_PROBLEM REQUIREMENTS_
In the records below, find the line with "v 32.654 0 -38.915" and the line with "v 5.867 25.4 -2.43"; return exactly those lines and every line between them.

_THE DATA_
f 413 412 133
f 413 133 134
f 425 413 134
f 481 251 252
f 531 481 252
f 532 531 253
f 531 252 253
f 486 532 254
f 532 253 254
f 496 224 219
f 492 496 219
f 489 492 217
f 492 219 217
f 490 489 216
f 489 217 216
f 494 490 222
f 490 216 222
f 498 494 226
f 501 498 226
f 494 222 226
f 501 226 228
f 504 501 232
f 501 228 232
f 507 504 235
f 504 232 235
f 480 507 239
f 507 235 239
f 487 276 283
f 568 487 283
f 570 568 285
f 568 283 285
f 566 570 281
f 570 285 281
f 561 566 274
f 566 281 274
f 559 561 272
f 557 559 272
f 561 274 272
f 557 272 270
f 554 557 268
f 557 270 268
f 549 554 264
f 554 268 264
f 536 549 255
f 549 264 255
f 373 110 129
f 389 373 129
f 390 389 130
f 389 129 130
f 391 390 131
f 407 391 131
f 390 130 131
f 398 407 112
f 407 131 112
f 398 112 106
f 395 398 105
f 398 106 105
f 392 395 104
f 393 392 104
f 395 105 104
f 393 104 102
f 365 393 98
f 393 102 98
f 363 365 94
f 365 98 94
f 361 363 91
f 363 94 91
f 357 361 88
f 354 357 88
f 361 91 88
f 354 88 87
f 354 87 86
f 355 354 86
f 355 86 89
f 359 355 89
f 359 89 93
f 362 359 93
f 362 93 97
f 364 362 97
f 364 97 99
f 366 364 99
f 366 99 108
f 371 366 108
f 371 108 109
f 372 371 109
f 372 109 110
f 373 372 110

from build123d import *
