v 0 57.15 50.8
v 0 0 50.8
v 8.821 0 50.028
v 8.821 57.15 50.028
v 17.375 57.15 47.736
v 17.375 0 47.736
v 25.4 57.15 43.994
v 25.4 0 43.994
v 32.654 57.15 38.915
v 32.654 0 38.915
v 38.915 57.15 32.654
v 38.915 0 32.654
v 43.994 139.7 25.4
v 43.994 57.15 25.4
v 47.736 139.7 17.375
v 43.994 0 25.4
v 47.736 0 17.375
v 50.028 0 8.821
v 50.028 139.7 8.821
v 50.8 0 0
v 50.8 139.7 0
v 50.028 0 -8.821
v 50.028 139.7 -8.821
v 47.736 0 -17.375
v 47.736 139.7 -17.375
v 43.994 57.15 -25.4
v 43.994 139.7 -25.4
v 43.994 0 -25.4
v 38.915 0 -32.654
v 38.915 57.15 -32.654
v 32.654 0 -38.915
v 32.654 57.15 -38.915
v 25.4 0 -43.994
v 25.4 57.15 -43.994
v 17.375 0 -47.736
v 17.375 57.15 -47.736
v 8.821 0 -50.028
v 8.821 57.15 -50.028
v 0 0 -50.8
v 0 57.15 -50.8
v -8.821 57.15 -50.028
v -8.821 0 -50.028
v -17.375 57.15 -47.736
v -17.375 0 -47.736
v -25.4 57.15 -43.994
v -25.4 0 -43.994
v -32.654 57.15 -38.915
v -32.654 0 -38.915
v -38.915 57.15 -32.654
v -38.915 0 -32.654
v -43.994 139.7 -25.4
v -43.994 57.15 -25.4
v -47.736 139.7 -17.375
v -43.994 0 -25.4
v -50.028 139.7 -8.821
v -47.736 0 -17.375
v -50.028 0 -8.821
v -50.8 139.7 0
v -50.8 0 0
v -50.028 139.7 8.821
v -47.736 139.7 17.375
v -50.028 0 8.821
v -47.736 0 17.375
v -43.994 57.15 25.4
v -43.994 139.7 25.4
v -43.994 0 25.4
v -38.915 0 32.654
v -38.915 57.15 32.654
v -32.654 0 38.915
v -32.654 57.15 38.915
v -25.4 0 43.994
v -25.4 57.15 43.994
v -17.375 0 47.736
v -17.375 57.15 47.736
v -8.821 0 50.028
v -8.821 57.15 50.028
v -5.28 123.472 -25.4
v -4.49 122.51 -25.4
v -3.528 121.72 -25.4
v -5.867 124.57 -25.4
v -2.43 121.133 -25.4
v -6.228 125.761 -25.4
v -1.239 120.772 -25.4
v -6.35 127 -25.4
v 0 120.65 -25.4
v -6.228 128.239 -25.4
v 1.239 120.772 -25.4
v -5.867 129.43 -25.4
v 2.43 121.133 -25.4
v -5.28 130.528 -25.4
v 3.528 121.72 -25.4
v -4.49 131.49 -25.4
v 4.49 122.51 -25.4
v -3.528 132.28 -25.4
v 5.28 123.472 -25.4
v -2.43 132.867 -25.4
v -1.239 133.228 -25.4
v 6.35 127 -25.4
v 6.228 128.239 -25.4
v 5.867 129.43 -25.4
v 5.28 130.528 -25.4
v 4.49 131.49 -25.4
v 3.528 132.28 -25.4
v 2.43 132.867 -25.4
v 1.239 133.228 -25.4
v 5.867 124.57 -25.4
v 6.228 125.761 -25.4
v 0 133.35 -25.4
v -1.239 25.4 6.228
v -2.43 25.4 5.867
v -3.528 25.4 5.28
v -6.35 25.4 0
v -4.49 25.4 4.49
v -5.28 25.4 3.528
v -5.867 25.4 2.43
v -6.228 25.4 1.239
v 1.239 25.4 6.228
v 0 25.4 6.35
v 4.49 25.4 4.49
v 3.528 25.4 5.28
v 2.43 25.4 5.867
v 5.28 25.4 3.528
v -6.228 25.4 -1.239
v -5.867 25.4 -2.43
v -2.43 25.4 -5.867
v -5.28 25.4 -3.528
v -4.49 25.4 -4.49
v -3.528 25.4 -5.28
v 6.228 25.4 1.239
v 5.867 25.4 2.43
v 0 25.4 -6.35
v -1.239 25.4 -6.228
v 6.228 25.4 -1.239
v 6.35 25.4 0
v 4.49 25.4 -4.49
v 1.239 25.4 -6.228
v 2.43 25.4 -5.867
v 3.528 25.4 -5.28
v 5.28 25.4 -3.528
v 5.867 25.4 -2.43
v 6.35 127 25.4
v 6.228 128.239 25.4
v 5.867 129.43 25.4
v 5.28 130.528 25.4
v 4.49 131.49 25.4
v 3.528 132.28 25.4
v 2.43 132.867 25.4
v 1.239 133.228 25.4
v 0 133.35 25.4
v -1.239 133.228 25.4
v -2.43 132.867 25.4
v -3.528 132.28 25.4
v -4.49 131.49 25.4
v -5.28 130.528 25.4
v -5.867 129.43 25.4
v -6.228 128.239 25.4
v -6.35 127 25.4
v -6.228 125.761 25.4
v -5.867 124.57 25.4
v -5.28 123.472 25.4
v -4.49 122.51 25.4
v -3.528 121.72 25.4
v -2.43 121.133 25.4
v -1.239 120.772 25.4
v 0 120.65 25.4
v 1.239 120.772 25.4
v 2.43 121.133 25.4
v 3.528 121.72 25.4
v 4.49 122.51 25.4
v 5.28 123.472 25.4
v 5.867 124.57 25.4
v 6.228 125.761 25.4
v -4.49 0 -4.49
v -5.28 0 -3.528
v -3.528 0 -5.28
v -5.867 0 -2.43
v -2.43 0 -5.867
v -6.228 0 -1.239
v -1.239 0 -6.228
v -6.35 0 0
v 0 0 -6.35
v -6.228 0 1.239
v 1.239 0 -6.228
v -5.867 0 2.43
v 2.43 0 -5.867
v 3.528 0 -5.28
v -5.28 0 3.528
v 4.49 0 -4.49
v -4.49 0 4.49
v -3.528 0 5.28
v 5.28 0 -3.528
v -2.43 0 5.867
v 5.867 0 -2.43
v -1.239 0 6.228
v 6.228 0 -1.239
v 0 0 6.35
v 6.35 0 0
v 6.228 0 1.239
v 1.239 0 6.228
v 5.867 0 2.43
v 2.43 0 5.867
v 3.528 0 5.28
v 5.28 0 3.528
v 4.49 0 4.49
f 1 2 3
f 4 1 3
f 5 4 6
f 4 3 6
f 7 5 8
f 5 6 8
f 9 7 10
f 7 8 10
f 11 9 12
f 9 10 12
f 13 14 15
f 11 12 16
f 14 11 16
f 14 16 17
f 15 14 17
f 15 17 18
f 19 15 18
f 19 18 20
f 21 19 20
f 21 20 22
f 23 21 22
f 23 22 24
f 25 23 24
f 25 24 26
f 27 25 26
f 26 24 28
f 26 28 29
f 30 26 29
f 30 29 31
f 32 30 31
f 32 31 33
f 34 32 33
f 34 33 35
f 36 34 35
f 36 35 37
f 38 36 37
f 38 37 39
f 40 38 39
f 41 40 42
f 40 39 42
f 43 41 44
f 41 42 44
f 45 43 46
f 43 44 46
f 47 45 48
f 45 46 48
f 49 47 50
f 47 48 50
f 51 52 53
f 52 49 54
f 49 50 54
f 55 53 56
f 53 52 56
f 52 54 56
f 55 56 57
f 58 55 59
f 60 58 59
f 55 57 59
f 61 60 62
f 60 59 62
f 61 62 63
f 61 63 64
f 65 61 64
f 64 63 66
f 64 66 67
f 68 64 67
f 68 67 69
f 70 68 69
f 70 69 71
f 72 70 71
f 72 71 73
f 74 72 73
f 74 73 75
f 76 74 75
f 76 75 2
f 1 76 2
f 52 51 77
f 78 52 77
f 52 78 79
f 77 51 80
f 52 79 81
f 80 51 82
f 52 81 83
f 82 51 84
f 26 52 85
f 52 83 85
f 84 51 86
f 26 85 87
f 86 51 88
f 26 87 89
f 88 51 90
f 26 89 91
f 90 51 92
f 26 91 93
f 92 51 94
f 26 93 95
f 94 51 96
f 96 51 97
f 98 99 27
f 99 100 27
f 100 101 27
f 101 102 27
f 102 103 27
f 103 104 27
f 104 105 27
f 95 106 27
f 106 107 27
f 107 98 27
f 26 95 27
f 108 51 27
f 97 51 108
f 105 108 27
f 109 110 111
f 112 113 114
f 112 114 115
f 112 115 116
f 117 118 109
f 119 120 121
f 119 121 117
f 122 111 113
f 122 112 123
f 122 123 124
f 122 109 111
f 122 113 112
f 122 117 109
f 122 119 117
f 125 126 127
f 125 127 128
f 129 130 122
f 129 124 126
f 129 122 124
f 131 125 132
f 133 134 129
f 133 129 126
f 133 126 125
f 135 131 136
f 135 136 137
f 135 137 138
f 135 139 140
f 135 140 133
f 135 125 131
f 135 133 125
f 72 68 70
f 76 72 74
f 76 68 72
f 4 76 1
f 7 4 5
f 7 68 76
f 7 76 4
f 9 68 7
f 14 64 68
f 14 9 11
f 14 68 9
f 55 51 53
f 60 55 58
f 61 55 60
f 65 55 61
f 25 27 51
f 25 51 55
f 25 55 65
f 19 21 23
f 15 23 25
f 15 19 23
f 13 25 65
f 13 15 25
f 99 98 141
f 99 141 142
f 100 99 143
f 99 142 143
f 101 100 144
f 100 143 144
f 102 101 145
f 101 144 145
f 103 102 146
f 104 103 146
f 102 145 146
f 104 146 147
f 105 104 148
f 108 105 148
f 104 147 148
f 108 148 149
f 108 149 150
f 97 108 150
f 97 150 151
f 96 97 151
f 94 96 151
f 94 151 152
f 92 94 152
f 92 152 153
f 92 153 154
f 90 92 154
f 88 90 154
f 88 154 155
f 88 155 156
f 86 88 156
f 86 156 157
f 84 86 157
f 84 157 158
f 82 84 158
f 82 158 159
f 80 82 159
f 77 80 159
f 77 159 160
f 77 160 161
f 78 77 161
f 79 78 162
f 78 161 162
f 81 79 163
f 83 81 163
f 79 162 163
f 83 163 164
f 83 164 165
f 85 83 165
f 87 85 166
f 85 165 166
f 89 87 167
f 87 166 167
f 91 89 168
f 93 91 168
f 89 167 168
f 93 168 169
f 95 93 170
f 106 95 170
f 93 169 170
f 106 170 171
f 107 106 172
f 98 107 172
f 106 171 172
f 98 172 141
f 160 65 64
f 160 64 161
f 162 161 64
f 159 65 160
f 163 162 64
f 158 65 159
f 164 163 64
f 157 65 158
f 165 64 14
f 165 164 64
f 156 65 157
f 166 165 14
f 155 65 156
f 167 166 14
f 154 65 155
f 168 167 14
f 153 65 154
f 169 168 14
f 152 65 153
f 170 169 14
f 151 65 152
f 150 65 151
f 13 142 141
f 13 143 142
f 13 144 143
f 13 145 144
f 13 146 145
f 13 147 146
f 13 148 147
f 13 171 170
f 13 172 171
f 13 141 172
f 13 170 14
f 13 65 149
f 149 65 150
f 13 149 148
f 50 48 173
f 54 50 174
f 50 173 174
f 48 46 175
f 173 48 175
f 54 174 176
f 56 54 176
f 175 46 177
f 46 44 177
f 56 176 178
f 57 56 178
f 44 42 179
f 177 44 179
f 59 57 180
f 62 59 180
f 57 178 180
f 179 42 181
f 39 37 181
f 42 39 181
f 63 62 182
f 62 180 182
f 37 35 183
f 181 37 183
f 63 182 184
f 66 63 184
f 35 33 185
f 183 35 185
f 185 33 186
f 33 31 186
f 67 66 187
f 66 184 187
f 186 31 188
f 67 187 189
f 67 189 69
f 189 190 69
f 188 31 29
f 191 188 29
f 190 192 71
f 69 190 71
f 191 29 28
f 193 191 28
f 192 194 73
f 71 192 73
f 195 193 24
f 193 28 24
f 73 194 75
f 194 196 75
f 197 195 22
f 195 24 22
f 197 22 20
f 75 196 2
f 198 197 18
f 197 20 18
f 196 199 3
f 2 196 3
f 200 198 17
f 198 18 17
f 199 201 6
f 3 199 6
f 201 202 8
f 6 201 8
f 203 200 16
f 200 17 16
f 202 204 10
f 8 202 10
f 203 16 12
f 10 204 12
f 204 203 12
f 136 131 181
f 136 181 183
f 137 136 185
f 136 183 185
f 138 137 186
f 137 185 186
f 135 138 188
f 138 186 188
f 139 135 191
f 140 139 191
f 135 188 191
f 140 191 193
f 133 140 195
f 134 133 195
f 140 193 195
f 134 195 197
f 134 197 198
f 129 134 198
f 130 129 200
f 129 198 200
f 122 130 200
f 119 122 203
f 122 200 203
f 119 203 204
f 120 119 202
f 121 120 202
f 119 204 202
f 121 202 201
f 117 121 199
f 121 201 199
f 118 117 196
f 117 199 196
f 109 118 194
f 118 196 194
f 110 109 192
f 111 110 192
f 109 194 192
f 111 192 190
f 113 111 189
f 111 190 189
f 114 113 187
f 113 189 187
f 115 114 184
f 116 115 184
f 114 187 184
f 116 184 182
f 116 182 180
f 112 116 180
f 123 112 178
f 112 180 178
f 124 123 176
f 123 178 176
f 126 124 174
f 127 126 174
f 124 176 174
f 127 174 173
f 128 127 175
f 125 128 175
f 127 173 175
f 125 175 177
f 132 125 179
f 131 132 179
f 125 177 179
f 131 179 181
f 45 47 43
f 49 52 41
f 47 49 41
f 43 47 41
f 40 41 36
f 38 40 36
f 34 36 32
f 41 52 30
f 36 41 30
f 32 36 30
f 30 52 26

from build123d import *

# Parameters (mm, degrees)
SKETCH1_R           = 50.8
BOSS_EXTRUDE1_DEPTH = 139.7
CUT_EXTRUDE1_START  = 25.4
SKETCH2_W           = 101.6
SKETCH2_H           = 165.1
CUT_EXTRUDE1_DEPTH  = 50.8
CUT_EXTRUDE2_START  = -25.4
SKETCH2_2_W         = 101.6
SKETCH2_2_H         = 165.1
CUT_EXTRUDE2_DEPTH  = 50.8
SKETCH3_R           = 6.35
CUT_EXTRUDE3_DEPTH  = 25.4
SKETCH4_R           = 6.35
CUT_EXTRUDE4_DEPTH  = 168.042419762


with BuildPart() as part:
    # Sketch1 → Boss-Extrude1 (new body)
    with BuildSketch(Plane(origin=(0, 0, 0), x_dir=(1, 0, 0), z_dir=(0, 1, 0))):
        Circle(SKETCH1_R)
    extrude(amount=BOSS_EXTRUDE1_DEPTH)

    # Sketch2 → Cut-Extrude1 (cut)
    with BuildSketch(Plane.XY.offset(CUT_EXTRUDE1_START)):
        with Locations((0, 139.7)):
            Rectangle(SKETCH2_W, SKETCH2_H)
    extrude(amount=CUT_EXTRUDE1_DEPTH, mode=Mode.SUBTRACT)

    # Sketch2<2> → Cut-Extrude2 (cut)
    with BuildSketch(Plane.XY.offset(CUT_EXTRUDE2_START)):
        with Locations((0, 139.7)):
            Rectangle(SKETCH2_2_W, SKETCH2_2_H)
    extrude(amount=-CUT_EXTRUDE2_DEPTH, mode=Mode.SUBTRACT)

    # Sketch3 → Cut-Extrude3 (cut)
    with BuildSketch(Plane.XZ):
        Circle(SKETCH3_R)
    extrude(amount=-CUT_EXTRUDE3_DEPTH, mode=Mode.SUBTRACT)

    # Sketch4 → Cut-Extrude4 (cut, through all)
    with BuildSketch(Plane.XY.offset(25.4)):
        with Locations((0, 127)):
            Circle(SKETCH4_R)
    extrude(amount=-CUT_EXTRUDE4_DEPTH, mode=Mode.SUBTRACT)


solid = part.part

_SOLUTION TO THE EXERCISE_
v 32.654 0 -38.915
v 32.654 57.15 -38.915
v 25.4 0 -43.994
v 25.4 57.15 -43.994
v 17.375 0 -47.736
v 17.375 57.15 -47.736
v 8.821 0 -50.028
v 8.821 57.15 -50.028
v 0 0 -50.8
v 0 57.15 -50.8
v -8.821 57.15 -50.028
v -8.821 0 -50.028
v -17.375 57.15 -47.736
v -17.375 0 -47.736
v -25.4 57.15 -43.994
v -25.4 0 -43.994
v -32.654 57.15 -38.915
v -32.654 0 -38.915
v -38.915 57.15 -32.654
v -38.915 0 -32.654
v -43.994 139.7 -25.4
v -43.994 57.15 -25.4
v -47.736 139.7 -17.375
v -43.994 0 -25.4
v -50.028 139.7 -8.821
v -47.736 0 -17.375
v -50.028 0 -8.821
v -50.8 139.7 0
v -50.8 0 0
v -50.028 139.7 8.821
v -47.736 139.7 17.375
v -50.028 0 8.821
v -47.736 0 17.375
v -43.994 57.15 25.4
v -43.994 139.7 25.4
v -43.994 0 25.4
v -38.915 0 32.654
v -38.915 57.15 32.654
v -32.654 0 38.915
v -32.654 57.15 38.915
v -25.4 0 43.994
v -25.4 57.15 43.994
v -17.375 0 47.736
v -17.375 57.15 47.736
v -8.821 0 50.028
v -8.821 57.15 50.028
v -5.28 123.472 -25.4
v -4.49 122.51 -25.4
v -3.528 121.72 -25.4
v -5.867 124.57 -25.4
v -2.43 121.133 -25.4
v -6.228 125.761 -25.4
v -1.239 120.772 -25.4
v -6.35 127 -25.4
v 0 120.65 -25.4
v -6.228 128.239 -25.4
v 1.239 120.772 -25.4
v -5.867 129.43 -25.4
v 2.43 121.133 -25.4
v -5.28 130.528 -25.4
v 3.528 121.72 -25.4
v -4.49 131.49 -25.4
v 4.49 122.51 -25.4
v -3.528 132.28 -25.4
v 5.28 123.472 -25.4
v -2.43 132.867 -25.4
v -1.239 133.228 -25.4
v 6.35 127 -25.4
v 6.228 128.239 -25.4
v 5.867 129.43 -25.4
v 5.28 130.528 -25.4
v 4.49 131.49 -25.4
v 3.528 132.28 -25.4
v 2.43 132.867 -25.4
v 1.239 133.228 -25.4
v 5.867 124.57 -25.4
v 6.228 125.761 -25.4
v 0 133.35 -25.4
v -1.239 25.4 6.228
v -2.43 25.4 5.867
v -3.528 25.4 5.28
v -6.35 25.4 0
v -4.49 25.4 4.49
v -5.28 25.4 3.528
v -5.867 25.4 2.43
v -6.228 25.4 1.239
v 1.239 25.4 6.228
v 0 25.4 6.35
v 4.49 25.4 4.49
v 3.528 25.4 5.28
v 2.43 25.4 5.867
v 5.28 25.4 3.528
v -6.228 25.4 -1.239
v -5.867 25.4 -2.43
v -2.43 25.4 -5.867
v -5.28 25.4 -3.528
v -4.49 25.4 -4.49
v -3.528 25.4 -5.28
v 6.228 25.4 1.239
v 5.867 25.4 2.43
v 0 25.4 -6.35
v -1.239 25.4 -6.228
v 6.228 25.4 -1.239
v 6.35 25.4 0
v 4.49 25.4 -4.49
v 1.239 25.4 -6.228
v 2.43 25.4 -5.867
v 3.528 25.4 -5.28
v 5.28 25.4 -3.528
v 5.867 25.4 -2.43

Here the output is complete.